What should I do, then? Send her a gift? Sacrifice? … Unholy fruit basket?

Angel ,'Just Rewards (2)'


Natter 55: It's the 55th Natter  

Off-topic discussion. Wanna talk about corsets, duct tape, or physics? This is the place. Detailed discussion of any current-season TV must be whitefonted.


lori - Nov 16, 2007 10:45:45 am PST #2698 of 10001

It's not square litter, it's a boombox!


Jesse - Nov 16, 2007 10:46:33 am PST #2699 of 10001
Sometimes I trip on how happy we could be.

lori, the middle picture. The person is dropping three squares.


Tom Scola - Nov 16, 2007 10:46:37 am PST #2700 of 10001
Remember that the frontier of the Rebellion is everywhere. And even the smallest act of insurrection pushes our lines forward.

Maybe the MTA really wanted to say, "Subways aren't for pooping!", but the sign designer misunderstood them.


Matt the Bruins fan - Nov 16, 2007 10:47:57 am PST #2701 of 10001
"I remember when they eventually introduced that drug kingpin who murdered people and smuggled drugs inside snakes and I was like 'Finally. A normal person.'” —RahvinDragand

If that's the case, please let me never find myself in the sign designer's house.

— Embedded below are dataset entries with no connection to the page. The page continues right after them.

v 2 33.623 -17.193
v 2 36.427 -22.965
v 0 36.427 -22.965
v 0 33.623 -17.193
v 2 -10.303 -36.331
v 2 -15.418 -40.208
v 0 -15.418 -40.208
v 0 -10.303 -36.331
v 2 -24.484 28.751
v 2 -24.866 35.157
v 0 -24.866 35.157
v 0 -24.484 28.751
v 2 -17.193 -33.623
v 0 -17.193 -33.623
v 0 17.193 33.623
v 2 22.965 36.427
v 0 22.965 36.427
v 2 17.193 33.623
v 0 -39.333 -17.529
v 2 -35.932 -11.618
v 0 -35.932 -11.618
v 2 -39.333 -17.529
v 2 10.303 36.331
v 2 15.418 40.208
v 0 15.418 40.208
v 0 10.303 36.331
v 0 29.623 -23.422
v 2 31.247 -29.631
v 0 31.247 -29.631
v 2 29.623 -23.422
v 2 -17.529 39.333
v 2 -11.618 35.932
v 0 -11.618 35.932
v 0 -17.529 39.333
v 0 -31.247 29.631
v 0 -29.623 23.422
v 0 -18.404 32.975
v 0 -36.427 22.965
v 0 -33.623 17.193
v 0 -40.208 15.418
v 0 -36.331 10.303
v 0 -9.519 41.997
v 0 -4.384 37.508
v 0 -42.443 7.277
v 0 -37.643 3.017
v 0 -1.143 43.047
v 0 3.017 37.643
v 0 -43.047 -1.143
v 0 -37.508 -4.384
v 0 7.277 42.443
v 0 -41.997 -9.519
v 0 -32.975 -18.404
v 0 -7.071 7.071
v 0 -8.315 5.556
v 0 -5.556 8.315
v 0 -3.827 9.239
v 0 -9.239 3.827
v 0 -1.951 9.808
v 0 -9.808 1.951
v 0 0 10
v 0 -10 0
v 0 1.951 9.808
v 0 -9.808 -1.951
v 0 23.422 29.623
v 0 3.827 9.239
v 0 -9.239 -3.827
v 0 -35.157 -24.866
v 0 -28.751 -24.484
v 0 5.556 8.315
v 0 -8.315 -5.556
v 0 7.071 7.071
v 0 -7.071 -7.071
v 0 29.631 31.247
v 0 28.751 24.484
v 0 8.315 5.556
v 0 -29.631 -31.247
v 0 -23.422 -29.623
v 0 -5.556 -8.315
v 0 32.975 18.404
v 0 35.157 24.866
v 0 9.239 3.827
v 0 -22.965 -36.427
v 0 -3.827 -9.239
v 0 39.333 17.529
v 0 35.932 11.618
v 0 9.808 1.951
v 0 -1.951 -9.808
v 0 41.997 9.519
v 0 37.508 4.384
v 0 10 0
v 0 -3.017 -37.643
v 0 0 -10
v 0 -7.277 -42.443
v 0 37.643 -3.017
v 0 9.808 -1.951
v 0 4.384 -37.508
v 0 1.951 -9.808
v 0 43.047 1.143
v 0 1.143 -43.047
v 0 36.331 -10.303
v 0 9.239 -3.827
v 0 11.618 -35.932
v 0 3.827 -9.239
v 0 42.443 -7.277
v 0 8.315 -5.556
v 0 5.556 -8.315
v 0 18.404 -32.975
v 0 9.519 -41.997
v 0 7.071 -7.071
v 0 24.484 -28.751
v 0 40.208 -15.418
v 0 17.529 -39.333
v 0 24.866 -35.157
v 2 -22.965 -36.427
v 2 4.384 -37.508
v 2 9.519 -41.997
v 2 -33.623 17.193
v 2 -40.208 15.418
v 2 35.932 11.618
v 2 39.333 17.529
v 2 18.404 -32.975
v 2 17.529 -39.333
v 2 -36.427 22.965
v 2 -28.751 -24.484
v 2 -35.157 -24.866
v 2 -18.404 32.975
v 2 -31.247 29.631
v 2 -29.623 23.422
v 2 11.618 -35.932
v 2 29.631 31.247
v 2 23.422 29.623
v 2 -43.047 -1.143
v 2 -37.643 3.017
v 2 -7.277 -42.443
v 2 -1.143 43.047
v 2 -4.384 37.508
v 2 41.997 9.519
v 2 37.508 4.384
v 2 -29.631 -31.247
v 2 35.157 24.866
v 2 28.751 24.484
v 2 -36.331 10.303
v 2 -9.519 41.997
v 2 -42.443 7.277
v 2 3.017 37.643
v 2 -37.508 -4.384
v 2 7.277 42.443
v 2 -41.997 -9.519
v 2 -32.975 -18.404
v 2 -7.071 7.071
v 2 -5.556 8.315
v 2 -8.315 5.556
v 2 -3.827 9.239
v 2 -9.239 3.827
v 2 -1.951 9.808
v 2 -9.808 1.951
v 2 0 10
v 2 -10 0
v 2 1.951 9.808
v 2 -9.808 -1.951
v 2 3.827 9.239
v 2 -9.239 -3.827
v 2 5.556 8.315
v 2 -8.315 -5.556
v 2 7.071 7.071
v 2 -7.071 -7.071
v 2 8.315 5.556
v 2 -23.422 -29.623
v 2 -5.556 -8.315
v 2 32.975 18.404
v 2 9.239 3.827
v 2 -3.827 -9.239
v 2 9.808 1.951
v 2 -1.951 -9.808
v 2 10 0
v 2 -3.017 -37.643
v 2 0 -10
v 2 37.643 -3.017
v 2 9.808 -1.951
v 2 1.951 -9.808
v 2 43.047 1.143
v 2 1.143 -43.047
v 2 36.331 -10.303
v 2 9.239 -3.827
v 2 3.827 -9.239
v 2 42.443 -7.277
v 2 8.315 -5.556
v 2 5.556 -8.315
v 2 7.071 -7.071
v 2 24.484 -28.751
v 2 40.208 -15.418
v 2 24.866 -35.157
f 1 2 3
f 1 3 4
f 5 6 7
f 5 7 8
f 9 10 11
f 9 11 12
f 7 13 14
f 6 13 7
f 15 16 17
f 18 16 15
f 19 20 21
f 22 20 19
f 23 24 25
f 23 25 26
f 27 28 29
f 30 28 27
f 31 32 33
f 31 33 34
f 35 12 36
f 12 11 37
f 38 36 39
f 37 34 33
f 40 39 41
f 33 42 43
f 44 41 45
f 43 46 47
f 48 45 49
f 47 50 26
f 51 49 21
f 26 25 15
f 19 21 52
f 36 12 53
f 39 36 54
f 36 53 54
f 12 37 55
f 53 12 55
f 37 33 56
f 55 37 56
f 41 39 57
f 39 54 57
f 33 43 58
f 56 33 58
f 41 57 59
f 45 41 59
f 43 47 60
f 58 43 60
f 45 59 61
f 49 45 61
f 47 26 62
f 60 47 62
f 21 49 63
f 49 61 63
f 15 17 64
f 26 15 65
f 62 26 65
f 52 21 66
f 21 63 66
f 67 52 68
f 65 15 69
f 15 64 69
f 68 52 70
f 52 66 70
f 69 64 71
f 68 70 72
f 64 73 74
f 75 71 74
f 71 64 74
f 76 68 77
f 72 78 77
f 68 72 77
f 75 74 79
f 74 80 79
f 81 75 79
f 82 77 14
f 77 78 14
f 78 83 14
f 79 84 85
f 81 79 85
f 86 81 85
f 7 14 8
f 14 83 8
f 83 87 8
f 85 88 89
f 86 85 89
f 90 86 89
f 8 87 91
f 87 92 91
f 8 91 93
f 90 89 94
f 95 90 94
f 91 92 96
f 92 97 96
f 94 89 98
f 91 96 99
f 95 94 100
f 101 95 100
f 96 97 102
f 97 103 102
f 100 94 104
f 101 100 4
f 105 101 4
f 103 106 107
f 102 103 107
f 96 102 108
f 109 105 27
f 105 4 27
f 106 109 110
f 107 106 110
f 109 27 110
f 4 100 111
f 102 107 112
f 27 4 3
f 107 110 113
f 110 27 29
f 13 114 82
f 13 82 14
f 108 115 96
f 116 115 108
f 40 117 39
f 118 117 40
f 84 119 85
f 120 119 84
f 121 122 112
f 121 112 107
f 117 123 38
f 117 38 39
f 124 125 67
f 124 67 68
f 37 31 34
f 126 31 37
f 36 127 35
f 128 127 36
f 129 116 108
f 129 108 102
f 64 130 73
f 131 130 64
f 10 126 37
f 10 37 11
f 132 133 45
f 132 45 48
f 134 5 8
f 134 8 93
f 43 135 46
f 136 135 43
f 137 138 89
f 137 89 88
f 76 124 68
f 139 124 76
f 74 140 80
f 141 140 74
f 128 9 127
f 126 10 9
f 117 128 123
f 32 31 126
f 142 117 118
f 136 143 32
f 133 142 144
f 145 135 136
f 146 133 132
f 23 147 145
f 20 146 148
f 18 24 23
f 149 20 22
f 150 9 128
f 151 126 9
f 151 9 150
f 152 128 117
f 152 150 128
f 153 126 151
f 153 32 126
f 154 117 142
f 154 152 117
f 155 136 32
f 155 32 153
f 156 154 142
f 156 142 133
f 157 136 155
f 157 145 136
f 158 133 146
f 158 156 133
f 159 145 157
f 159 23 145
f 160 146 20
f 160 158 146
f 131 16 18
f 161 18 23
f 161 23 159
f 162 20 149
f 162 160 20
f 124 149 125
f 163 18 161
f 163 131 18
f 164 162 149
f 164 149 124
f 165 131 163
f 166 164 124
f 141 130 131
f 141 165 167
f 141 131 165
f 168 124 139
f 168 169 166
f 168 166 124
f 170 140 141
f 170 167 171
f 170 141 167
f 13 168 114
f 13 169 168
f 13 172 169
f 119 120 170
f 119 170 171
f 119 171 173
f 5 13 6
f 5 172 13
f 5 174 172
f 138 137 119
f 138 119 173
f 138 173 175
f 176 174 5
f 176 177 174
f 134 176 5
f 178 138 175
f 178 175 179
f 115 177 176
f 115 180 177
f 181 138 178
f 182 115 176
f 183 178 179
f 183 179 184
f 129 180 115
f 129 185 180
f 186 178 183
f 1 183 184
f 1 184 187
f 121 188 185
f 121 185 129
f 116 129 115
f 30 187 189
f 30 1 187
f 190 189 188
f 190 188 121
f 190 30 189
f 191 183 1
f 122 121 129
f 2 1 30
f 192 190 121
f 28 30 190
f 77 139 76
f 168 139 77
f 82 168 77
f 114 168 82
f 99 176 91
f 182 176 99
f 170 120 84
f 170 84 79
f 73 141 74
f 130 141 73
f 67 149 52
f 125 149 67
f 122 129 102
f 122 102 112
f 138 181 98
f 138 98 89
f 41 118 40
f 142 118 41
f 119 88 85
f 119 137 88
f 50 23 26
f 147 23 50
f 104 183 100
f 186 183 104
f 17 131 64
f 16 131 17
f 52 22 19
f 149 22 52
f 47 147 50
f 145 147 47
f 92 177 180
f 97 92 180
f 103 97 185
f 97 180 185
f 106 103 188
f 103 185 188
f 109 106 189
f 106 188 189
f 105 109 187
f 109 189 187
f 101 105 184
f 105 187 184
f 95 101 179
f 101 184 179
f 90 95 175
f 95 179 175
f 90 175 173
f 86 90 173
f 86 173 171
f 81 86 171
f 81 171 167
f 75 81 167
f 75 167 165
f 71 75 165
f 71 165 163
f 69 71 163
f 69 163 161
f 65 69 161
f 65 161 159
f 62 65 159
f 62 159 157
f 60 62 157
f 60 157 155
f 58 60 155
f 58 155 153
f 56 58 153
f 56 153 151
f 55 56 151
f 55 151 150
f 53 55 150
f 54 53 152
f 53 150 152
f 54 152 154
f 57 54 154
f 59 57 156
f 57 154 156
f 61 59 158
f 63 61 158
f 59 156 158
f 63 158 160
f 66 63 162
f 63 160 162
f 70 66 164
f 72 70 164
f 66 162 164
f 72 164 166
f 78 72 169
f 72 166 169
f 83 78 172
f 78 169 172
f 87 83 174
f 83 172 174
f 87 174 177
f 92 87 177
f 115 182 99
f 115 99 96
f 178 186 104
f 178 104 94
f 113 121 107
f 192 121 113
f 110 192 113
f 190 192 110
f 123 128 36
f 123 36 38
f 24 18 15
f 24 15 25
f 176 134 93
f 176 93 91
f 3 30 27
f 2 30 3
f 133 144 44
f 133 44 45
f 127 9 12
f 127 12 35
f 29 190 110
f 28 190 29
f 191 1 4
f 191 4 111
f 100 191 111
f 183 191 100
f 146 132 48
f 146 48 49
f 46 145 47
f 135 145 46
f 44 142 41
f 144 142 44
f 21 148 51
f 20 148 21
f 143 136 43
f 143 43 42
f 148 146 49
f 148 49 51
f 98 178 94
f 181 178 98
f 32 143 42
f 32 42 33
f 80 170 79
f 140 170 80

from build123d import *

# Parameters (mm, degrees)
SKETCH1_R           = 45
BOSS_EXTRUDE1_DEPTH = 2
CUT_EXTRUDE2_DEPTH  = 64.671029519
CIRPATTERN1_COUNT   = 32
SKETCH4_R           = 10
CUT_EXTRUDE3_DEPTH  = 10


with BuildPart() as part:
    # Sketch1 → Boss-Extrude1 (new body)
    with BuildSketch(Plane(origin=(0, 0, 0), x_dir=(0, 0, -1), z_dir=(1, 0, 0))):
        Circle(SKETCH1_R)
    extrude(amount=BOSS_EXTRUDE1_DEPTH)

    # Sketch3 → Cut-Extrude2 (cut, symmetric)
    with BuildSketch(Plane(origin=(2, 0, 0), x_dir=(0, 0, -1), z_dir=(1, 0, 0))):
        Polygon((111.061055433, 234.770812069), (0, 45), (-4.384441822, 37.508273204), (-11.303681047, 43.557166974), (-176.845255951, 188.275880779), (-246.955404965, 622.412545429), (40.950906418, 668.907476719), align=None)
    cut_extrude2 = extrude(amount=CUT_EXTRUDE2_DEPTH, both=True, mode=Mode.SUBTRACT)

    # CirPattern1: Cut-Extrude2 ×32 about axis
    cirpattern1_axis = Axis((2, 0, 0), (-1, 0, 0))
    for i in range(1, CIRPATTERN1_COUNT):
        add(cut_extrude2.rotate(cirpattern1_axis, i * 360 / CIRPATTERN1_COUNT), mode=Mode.SUBTRACT)

    # Sketch4 → Cut-Extrude3 (cut)
    with BuildSketch(Plane(origin=(2, 0, 0), x_dir=(0, 0, -1), z_dir=(1, 0, 0))):
        Circle(SKETCH4_R)
    extrude(amount=-CUT_EXTRUDE3_DEPTH, mode=Mode.SUBTRACT)


solid = part.part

lori - Nov 16, 2007 10:48:15 am PST #2702 of 10001

Oh, that. But that's not craps! You don't shoot craps with three dice! Just two.

Hmm.. speaking of nerds.


Gudanov - Nov 16, 2007 10:48:32 am PST #2703 of 10001
Coding and Sleeping

I'm thinking that any subject where one can have a lively argument over minutia that is completely nonsensical and pointless to a "normal" person can qualify for an area of geekdom. However, the subject must be outside of mainstream popular culture. For example, talking about what happened in blockbuster movie is not an act of geekery because that movie is in the mainstream of popular culture. However, discussing the director's choices in a two decade old film is an act of geekery because of both the minutia factor and the fading of said film from mainstream popular culture.


Gudanov - Nov 16, 2007 10:50:46 am PST #2704 of 10001
Coding and Sleeping

And then there are Furries.

There are some things that every geeks fear to speak of.


tommyrot - Nov 16, 2007 10:51:01 am PST #2705 of 10001
Sir, it's not an offence to let your cat eat your bacon. Okay? And we don't arrest cats, I'm very sorry.

For example, talking about what happened in blockbuster movie is not an act of geekery because that movie is in the mainstream of popular culture.

Yeah. Or arguing sports statistics.

So if baseball was far less popular, would baseball fans be baseball geeks?


Susan W. - Nov 16, 2007 10:54:21 am PST #2706 of 10001
Good Trouble and Righteous Fights

I've always considered the stathead branch of baseball fans to be geeks. By which standard I'm not a baseball geek myself, even though I'm married to one and read the two main M's stathead blogs regularly, because I just nod and smile and take their word for it when they throw out a bunch of numbers to prove some player's awesomeness or lack thereof. (Not that I don't understand or agree--I mean, I can see myself that Raul Ibanez has lost his effectiveness as an outfielder because I watch the games. But the raw numbers don't tell me anything much.)


askye - Nov 16, 2007 10:54:31 am PST #2707 of 10001
Thrive to spite them

I think there are baseball geeks even though it's mainstream. Not that I'm a fan of baseball, but I think in any sport if you have someone who knows all the stastics and gets into detailed discussions of the history of the sport that counts as sports geekry. Or someone who is into obscure statistics.

Gudanov would you exclude movies like PotC from being considered blockbuster, even though the triolgy was mainstream people got fairly geeky over it, but it is a fantasy movie. I'd throw James Bond into the realm of blockbusters that people get geeky over. Anytime there are threats to boycott a movie because of casting changes that's an automatic buy into geekdom.